Stored data entries:
Segment Open

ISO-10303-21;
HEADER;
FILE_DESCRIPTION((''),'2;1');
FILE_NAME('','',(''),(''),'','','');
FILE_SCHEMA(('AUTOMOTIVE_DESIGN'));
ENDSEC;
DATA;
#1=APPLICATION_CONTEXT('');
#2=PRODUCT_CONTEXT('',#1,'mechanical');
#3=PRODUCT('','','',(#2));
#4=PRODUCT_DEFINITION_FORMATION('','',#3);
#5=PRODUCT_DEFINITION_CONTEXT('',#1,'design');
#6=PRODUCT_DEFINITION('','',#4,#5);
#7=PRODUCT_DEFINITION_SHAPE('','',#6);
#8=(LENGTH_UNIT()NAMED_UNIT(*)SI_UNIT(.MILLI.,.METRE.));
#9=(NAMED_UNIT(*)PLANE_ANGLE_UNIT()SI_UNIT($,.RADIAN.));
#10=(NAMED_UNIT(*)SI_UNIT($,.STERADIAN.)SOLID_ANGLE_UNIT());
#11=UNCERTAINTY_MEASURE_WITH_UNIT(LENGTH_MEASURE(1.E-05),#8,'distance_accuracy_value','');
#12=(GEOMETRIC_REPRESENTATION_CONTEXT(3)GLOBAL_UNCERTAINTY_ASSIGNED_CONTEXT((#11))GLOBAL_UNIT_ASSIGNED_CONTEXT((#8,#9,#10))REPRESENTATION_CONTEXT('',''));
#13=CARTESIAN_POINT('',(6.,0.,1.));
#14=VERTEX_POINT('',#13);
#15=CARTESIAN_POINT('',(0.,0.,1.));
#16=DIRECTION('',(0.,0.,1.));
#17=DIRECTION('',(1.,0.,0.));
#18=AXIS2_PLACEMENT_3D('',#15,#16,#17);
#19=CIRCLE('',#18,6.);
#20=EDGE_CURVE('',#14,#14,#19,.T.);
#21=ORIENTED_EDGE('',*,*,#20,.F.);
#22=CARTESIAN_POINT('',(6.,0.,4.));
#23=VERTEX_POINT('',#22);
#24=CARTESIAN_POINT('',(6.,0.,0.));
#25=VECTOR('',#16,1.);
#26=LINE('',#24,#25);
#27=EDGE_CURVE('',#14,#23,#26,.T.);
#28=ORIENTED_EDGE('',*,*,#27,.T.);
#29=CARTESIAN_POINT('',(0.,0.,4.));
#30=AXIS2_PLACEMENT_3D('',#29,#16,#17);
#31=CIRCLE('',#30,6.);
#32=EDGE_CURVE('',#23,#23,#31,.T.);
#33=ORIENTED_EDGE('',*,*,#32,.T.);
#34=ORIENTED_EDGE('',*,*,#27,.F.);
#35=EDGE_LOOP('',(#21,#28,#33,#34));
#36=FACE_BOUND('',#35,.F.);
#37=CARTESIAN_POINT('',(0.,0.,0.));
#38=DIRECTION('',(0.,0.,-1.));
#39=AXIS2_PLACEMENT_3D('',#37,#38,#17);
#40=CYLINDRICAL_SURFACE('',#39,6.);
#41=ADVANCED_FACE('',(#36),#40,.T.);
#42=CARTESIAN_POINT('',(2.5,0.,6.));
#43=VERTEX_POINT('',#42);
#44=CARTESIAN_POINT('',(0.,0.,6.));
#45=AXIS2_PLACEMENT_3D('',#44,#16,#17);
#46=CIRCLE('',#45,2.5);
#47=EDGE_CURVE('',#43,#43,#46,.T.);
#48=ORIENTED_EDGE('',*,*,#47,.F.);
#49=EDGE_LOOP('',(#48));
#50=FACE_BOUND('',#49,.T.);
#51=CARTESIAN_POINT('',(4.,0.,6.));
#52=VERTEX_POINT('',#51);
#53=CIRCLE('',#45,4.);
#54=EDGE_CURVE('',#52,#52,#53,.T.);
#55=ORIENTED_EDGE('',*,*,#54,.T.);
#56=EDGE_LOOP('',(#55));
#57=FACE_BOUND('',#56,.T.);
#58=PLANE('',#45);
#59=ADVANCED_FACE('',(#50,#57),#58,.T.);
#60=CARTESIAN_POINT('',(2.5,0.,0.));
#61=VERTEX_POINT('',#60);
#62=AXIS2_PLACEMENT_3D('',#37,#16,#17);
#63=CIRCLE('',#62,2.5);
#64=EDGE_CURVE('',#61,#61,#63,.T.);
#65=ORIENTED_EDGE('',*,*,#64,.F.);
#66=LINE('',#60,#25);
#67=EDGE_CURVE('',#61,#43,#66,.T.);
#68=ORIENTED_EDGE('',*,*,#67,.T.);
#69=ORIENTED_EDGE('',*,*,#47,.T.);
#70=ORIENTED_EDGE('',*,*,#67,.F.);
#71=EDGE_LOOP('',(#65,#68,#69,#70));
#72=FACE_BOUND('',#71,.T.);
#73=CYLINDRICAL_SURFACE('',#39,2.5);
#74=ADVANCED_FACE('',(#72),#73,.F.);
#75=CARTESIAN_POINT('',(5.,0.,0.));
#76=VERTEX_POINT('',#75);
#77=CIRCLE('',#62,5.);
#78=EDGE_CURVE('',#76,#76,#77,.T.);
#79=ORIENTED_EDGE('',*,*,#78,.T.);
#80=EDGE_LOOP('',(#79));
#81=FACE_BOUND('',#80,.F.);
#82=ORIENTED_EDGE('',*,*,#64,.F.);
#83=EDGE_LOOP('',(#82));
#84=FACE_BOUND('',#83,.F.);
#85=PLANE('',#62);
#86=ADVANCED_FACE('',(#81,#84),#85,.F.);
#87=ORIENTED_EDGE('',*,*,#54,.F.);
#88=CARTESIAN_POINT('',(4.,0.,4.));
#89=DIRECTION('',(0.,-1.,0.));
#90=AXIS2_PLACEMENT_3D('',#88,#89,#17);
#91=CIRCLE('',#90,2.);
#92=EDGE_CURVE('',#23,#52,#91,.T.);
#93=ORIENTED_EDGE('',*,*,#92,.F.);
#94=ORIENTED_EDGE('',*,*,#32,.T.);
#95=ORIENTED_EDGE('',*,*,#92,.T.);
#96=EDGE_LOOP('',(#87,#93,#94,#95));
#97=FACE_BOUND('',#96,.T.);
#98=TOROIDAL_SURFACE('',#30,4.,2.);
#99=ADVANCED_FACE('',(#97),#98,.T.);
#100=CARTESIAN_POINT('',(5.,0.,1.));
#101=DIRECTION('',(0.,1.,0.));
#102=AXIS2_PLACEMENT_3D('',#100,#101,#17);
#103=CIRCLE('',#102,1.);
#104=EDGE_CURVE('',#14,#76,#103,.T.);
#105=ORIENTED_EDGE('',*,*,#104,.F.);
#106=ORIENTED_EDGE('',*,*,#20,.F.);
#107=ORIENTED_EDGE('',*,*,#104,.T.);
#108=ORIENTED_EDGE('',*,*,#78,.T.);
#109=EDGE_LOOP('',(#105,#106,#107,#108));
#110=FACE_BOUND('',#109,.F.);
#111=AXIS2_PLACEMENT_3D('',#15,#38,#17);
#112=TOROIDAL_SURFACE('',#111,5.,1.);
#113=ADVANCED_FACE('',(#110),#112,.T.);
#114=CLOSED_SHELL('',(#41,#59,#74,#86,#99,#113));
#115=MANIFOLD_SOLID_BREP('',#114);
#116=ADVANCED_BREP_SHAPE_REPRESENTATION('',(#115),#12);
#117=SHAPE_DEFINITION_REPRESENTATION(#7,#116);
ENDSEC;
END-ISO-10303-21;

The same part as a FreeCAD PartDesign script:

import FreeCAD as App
import Part
import Sketcher

V = App.Vector
Q = App.Units.Quantity


def edges_at(feature, points):
    """Names of the edges that pass closest to the given points."""
    edges = feature.Shape.Edges
    near = lambda p: min(range(len(edges)), key=lambda i: edges[i].distToShape(Part.Vertex(*p))[0])
    return sorted({f"Edge{near(p) + 1}" for p in points})

doc = App.newDocument("Part")
params = doc.addObject("Spreadsheet::Sheet", "Params")
for row, (alias, value) in enumerate([
    ("sketch1_diameter", "12 mm"),
    ("sketch1_diameter2", "5 mm"),
    ("pad1_length", "6 mm"),
    ("fillet_radius", "2 mm"),
    ("fillet2_radius", "1 mm"),
], start=1):
    params.set(f"A{row}", alias)
    params.set(f"B{row}", "=" + value)
    params.setAlias(f"B{row}", alias)

body = doc.addObject("PartDesign::Body", "Body")

# Sketch on XY plane
sketch1 = body.newObject("Sketcher::SketchObject", "Sketch")
sketch1.AttachmentSupport = (doc.getObject("XY_Plane"), [""])
sketch1.MapMode = "FlatFace"
sketch1.addGeometry(Part.Circle(V(0, 0, 0), V(0, 0, 1), 6), False)
sketch1.addGeometry(Part.Circle(V(0, 0, 0), V(0, 0, 1), 2.5), False)
sketch1.addConstraint(Sketcher.Constraint("Coincident", 0, 3, -1, 1))
sketch1.addConstraint(Sketcher.Constraint("Coincident", 1, 3, -1, 1))
sketch1.addConstraint(Sketcher.Constraint("Diameter", 0, Q("12 mm")))
sketch1.addConstraint(Sketcher.Constraint("Diameter", 1, Q("5 mm")))
sketch1.setExpression("Constraints[2]", "Params.sketch1_diameter")
sketch1.setExpression("Constraints[3]", "Params.sketch1_diameter2")
pad1 = body.newObject("PartDesign::Pad", "Pad")
pad1.Profile = sketch1
pad1.setExpression("Length", "Params.pad1_length")
doc.recompute()

fillet = body.newObject("PartDesign::Fillet", "Fillet")
fillet.Base = (pad1, edges_at(pad1, [(-6, 0, 6)]))
fillet.setExpression("Radius", "Params.fillet_radius")
doc.recompute()

fillet2 = body.newObject("PartDesign::Fillet", "Fillet001")
fillet2.Base = (fillet, edges_at(fillet, [(-6, 0, 0)]))
fillet2.setExpression("Radius", "Params.fillet2_radius")

doc.recompute()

Segment Closed

PROBLEM:
Output only an exact transcription of the lines above from the one with "#31=CIRCLE('',#30,6.);" up to and including the one with "#47=EDGE_CURVE('',#43,#43,#46,.T.);".

RESPONSE:
#31=CIRCLE('',#30,6.);
#32=EDGE_CURVE('',#23,#23,#31,.T.);
#33=ORIENTED_EDGE('',*,*,#32,.T.);
#34=ORIENTED_EDGE('',*,*,#27,.F.);
#35=EDGE_LOOP('',(#21,#28,#33,#34));
#36=FACE_BOUND('',#35,.F.);
#37=CARTESIAN_POINT('',(0.,0.,0.));
#38=DIRECTION('',(0.,0.,-1.));
#39=AXIS2_PLACEMENT_3D('',#37,#38,#17);
#40=CYLINDRICAL_SURFACE('',#39,6.);
#41=ADVANCED_FACE('',(#36),#40,.T.);
#42=CARTESIAN_POINT('',(2.5,0.,6.));
#43=VERTEX_POINT('',#42);
#44=CARTESIAN_POINT('',(0.,0.,6.));
#45=AXIS2_PLACEMENT_3D('',#44,#16,#17);
#46=CIRCLE('',#45,2.5);
#47=EDGE_CURVE('',#43,#43,#46,.T.);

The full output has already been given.